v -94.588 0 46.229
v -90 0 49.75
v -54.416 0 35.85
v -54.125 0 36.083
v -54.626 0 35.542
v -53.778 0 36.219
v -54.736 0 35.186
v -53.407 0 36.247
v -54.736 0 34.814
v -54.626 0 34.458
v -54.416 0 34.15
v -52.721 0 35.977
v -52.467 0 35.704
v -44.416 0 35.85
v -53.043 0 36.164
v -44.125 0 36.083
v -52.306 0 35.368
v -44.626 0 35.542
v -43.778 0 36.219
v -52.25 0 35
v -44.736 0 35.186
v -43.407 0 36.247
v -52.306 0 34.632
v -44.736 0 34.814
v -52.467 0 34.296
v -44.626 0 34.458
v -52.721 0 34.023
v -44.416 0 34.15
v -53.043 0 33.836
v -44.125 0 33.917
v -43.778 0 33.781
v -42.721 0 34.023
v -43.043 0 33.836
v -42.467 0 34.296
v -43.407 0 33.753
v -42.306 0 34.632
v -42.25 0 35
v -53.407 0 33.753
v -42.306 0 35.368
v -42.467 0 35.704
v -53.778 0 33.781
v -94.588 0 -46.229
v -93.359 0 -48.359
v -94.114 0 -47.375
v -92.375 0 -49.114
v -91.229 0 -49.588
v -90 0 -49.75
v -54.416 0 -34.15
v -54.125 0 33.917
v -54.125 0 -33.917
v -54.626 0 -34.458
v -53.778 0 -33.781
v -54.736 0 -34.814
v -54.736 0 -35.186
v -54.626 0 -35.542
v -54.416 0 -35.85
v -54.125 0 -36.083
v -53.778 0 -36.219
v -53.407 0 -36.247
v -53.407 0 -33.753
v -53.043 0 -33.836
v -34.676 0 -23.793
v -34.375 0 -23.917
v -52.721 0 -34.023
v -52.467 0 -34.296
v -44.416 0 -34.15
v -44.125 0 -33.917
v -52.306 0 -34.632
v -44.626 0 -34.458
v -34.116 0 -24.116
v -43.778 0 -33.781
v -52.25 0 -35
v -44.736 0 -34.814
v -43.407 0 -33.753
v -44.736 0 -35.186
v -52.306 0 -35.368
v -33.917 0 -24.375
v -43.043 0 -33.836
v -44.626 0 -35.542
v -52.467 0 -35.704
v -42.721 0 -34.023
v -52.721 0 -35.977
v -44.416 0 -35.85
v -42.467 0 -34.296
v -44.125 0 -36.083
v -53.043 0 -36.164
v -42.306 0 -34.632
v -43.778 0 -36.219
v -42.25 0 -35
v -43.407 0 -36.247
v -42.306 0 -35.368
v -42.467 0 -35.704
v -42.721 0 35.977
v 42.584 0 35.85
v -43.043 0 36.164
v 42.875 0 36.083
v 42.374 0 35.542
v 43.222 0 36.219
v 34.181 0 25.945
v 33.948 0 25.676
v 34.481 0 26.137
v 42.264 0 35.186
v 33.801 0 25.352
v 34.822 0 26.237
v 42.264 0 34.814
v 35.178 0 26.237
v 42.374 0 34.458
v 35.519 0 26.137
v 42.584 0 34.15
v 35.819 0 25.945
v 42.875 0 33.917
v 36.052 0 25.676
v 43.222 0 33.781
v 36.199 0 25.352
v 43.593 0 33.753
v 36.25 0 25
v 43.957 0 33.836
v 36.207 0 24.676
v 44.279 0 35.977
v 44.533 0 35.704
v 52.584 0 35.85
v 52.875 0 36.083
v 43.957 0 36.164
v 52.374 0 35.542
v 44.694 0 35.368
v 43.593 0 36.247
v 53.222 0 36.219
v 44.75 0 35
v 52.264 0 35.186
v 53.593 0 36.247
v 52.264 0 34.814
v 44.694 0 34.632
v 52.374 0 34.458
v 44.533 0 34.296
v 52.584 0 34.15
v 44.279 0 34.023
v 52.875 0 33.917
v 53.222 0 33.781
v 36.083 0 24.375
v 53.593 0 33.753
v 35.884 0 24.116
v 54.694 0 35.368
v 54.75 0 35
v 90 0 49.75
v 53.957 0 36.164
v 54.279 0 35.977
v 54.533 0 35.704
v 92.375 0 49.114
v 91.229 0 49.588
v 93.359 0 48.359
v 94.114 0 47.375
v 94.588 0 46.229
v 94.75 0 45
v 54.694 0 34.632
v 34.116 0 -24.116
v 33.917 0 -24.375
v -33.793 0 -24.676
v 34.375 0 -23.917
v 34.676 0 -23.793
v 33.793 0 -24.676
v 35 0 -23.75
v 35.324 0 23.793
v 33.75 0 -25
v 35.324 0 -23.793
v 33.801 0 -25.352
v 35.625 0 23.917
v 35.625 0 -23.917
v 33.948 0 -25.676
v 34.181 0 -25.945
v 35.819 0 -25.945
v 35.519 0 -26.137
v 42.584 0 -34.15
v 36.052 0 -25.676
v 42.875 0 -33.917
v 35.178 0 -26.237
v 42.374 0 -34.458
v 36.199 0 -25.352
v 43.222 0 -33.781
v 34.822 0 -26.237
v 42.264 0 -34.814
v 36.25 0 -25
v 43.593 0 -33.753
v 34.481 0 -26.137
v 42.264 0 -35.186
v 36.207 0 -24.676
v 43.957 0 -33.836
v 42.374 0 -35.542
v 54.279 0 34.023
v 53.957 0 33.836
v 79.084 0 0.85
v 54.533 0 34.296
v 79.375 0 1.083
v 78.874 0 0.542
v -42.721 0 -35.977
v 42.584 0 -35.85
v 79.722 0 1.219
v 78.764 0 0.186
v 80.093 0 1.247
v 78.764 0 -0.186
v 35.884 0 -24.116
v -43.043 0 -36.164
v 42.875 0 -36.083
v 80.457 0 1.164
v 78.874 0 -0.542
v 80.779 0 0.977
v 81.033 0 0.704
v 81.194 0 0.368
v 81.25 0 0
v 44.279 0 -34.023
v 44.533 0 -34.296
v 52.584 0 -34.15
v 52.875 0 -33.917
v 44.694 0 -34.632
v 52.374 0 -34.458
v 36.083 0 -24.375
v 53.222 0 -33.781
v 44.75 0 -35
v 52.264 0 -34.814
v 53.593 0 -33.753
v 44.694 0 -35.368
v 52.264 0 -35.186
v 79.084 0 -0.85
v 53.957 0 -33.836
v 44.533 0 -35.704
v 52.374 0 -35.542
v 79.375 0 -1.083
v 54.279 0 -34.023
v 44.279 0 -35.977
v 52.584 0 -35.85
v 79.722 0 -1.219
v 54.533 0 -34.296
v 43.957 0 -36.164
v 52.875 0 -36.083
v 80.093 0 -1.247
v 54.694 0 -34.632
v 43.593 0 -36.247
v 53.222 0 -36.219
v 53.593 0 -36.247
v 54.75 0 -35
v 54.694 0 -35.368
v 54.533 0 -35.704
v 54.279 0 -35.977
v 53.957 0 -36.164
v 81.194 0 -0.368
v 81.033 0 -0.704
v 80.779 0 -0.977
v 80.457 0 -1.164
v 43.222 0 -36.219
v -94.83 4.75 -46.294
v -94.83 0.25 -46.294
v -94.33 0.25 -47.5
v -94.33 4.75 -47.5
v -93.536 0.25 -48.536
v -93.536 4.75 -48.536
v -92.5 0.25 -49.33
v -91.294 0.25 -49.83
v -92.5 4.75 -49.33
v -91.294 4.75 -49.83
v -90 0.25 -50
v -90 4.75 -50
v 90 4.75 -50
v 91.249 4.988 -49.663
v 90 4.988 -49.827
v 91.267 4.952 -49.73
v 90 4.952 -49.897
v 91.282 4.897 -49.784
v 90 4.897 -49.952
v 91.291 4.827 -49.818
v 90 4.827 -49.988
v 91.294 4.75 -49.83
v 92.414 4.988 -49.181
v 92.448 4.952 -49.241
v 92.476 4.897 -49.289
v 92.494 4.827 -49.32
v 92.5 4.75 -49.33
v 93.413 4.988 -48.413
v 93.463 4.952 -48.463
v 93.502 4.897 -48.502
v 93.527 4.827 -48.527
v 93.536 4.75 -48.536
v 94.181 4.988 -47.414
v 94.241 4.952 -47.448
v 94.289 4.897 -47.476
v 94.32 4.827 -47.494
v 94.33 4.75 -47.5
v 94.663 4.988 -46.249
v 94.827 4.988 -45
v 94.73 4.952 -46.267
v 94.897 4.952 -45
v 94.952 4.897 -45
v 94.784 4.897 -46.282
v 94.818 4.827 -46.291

---------------

## PROBLEM TO WORK ON
Could you give again, word for word, the line with "v 44.533 0 -35.704" and all lines after it through the end of the data? Leave out everything else.

## RESPONSE AREA
v 44.533 0 -35.704
v 52.374 0 -35.542
v 79.375 0 -1.083
v 54.279 0 -34.023
v 44.279 0 -35.977
v 52.584 0 -35.85
v 79.722 0 -1.219
v 54.533 0 -34.296
v 43.957 0 -36.164
v 52.875 0 -36.083
v 80.093 0 -1.247
v 54.694 0 -34.632
v 43.593 0 -36.247
v 53.222 0 -36.219
v 53.593 0 -36.247
v 54.75 0 -35
v 54.694 0 -35.368
v 54.533 0 -35.704
v 54.279 0 -35.977
v 53.957 0 -36.164
v 81.194 0 -0.368
v 81.033 0 -0.704
v 80.779 0 -0.977
v 80.457 0 -1.164
v 43.222 0 -36.219
v -94.83 4.75 -46.294
v -94.83 0.25 -46.294
v -94.33 0.25 -47.5
v -94.33 4.75 -47.5
v -93.536 0.25 -48.536
v -93.536 4.75 -48.536
v -92.5 0.25 -49.33
v -91.294 0.25 -49.83
v -92.5 4.75 -49.33
v -91.294 4.75 -49.83
v -90 0.25 -50
v -90 4.75 -50
v 90 4.75 -50
v 91.249 4.988 -49.663
v 90 4.988 -49.827
v 91.267 4.952 -49.73
v 90 4.952 -49.897
v 91.282 4.897 -49.784
v 90 4.897 -49.952
v 91.291 4.827 -49.818
v 90 4.827 -49.988
v 91.294 4.75 -49.83
v 92.414 4.988 -49.181
v 92.448 4.952 -49.241
v 92.476 4.897 -49.289
v 92.494 4.827 -49.32
v 92.5 4.75 -49.33
v 93.413 4.988 -48.413
v 93.463 4.952 -48.463
v 93.502 4.897 -48.502
v 93.527 4.827 -48.527
v 93.536 4.75 -48.536
v 94.181 4.988 -47.414
v 94.241 4.952 -47.448
v 94.289 4.897 -47.476
v 94.32 4.827 -47.494
v 94.33 4.75 -47.5
v 94.663 4.988 -46.249
v 94.827 4.988 -45
v 94.73 4.952 -46.267
v 94.897 4.952 -45
v 94.952 4.897 -45
v 94.784 4.897 -46.282
v 94.818 4.827 -46.291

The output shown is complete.